Florida State's first half was best summed up by the TV close-ups on its coaches: weary depression on the face of Bobby Bowden, frowning, frenzied chomping and occasional tantrums all the way to the numbers by Mickey Andrews, Jimbo Fisher alternately cussing and lecturing Drew Weatherford from the booth and Rick Trickett clearly capping an upbraiding of a lineman after a fourth down holding penalty by yelling "Fuck you!" in his face, then repeating it a few times for good measure. Just to drive the humiliation home. Jeff Bowden never seemed as tortured as all that, but the results on the field were depressingly reminiscent of Jeffy's piece d'resistance of lo-fi ineptitude at Miami last Labor Day: FSU's eleven drives in the first two quarters resulted in nine punts, one first down and a fumble. For all the new coaching prowess honing the prototype FSU superstuds into well-oiled killing machines, Florida State didn't execute a single play; even its lone first down, on the first snap of the game, was an impromptu scramble by Weatherford. At one point, I found myself thinking, "Just throw the ball up to Greg Carr and let him go get it, try something to get it in his hands," and in that moment, I knew empathy.

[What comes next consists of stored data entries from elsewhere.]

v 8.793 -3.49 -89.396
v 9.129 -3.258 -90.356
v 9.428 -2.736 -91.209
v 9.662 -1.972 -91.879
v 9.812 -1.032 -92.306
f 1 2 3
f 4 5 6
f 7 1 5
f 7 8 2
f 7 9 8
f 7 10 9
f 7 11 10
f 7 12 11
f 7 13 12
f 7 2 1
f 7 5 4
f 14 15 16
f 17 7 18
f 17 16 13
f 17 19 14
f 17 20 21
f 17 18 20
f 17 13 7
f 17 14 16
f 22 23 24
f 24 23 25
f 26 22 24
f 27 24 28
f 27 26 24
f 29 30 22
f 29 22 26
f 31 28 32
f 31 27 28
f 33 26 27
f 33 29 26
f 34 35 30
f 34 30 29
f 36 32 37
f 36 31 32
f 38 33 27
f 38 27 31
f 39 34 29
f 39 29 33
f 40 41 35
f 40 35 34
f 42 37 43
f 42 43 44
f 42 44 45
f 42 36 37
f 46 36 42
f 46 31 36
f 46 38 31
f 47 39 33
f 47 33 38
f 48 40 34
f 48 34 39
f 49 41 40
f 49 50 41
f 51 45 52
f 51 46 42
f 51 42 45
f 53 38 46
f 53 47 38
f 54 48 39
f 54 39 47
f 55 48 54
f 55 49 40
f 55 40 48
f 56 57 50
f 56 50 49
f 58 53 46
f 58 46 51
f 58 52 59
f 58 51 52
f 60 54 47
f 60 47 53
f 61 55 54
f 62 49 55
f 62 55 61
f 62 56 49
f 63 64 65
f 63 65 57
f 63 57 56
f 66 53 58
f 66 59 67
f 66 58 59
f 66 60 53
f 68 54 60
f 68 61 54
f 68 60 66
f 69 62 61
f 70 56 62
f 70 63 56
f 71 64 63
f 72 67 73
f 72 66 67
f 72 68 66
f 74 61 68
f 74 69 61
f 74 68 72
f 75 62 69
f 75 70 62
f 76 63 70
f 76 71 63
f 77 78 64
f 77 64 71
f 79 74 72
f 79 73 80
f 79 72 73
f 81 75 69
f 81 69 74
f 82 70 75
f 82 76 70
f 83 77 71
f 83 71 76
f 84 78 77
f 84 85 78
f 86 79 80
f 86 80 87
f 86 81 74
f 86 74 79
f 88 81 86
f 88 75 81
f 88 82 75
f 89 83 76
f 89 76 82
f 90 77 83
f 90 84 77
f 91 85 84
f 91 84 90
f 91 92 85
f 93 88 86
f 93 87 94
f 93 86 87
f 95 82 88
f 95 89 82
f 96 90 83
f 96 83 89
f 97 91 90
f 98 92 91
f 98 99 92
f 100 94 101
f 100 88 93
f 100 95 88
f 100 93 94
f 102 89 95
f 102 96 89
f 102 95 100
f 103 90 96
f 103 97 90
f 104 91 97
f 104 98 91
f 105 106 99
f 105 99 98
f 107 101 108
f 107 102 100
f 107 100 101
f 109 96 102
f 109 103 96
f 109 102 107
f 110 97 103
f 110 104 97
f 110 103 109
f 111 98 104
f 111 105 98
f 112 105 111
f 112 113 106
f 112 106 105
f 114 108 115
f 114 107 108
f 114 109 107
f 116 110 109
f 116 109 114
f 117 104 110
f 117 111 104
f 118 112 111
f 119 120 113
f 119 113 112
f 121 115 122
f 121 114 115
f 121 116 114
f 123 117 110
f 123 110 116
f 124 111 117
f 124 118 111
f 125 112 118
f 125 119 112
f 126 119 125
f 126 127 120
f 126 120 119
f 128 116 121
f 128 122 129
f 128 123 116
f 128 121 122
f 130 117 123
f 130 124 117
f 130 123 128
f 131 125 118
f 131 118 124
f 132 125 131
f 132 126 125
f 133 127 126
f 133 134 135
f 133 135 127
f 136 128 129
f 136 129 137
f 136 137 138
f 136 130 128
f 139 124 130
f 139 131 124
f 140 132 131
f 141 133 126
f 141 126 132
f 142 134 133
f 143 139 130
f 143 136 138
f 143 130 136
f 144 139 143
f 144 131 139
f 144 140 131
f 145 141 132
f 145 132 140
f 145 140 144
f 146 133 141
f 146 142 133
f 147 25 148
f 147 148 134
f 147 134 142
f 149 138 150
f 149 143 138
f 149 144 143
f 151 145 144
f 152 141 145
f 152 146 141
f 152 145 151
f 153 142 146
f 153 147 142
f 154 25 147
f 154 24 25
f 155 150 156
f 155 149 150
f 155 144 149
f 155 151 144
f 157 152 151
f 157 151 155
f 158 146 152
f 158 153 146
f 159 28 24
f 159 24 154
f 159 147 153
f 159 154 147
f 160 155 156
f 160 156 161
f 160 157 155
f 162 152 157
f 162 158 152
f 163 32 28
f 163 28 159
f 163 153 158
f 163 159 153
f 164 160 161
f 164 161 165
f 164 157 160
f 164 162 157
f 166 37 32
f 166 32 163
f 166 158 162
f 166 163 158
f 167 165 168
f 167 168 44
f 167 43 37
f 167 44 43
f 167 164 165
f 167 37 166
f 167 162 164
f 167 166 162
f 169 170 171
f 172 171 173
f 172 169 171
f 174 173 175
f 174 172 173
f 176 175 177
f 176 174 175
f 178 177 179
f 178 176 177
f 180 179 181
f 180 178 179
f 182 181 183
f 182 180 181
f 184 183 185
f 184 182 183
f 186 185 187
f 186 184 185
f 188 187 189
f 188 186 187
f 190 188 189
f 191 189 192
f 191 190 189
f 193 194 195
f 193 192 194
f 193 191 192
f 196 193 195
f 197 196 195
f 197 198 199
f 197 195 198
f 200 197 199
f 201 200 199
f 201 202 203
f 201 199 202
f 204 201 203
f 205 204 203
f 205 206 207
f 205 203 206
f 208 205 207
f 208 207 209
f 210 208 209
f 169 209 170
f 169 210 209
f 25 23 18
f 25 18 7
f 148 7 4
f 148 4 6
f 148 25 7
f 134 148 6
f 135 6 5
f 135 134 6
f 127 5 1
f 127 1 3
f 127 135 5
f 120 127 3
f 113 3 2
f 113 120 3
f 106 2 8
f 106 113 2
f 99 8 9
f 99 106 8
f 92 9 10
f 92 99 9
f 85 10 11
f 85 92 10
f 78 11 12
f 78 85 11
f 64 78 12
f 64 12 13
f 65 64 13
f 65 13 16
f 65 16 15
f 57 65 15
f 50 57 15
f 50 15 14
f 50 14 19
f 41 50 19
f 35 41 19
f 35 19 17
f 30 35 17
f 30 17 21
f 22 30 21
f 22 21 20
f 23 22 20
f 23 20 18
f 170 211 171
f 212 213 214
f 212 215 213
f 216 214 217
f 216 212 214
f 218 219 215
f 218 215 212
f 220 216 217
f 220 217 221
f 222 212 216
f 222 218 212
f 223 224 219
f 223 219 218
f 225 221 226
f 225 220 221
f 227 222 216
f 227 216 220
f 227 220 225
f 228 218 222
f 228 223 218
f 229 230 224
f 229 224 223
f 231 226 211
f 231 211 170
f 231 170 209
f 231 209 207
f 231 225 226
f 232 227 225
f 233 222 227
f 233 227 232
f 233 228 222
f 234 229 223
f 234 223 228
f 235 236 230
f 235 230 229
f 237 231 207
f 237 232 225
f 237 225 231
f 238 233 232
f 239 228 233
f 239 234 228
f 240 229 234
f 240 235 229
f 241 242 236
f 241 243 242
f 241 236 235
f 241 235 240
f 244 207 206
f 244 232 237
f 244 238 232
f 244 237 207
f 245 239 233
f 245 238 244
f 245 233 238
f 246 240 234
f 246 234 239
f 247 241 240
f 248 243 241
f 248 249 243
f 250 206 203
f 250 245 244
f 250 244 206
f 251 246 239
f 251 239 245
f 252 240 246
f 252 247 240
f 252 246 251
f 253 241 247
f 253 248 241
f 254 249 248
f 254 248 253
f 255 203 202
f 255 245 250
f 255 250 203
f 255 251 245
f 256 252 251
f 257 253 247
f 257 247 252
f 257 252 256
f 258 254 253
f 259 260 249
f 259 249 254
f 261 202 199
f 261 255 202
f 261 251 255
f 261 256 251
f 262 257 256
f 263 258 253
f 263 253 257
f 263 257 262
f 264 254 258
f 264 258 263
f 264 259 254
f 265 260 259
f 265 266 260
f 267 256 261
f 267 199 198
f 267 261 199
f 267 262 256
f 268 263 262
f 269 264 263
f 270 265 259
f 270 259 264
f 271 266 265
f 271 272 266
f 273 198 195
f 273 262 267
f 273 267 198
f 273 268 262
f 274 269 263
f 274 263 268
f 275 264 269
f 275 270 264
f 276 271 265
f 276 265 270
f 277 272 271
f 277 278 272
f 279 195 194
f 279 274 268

Clemson, meanwhile, was fast, efficient, simultaneously everywhere Florida State ballcarriers wanted to be and everywhere FSU defenders were not. The defensive line couldn't be blocked, and Mark Schlabach is right that the Noles have ceded their once-inviolable talent edge, as Spiller and James Davis made abundantly clear. The Tigers pass the eyeball test as the big, quick, chiseled monsters we've always associated with the elder Bowden.


James Davis endangers his eligibility by becoming a walking driving, juking, fire-breathing Nike ad.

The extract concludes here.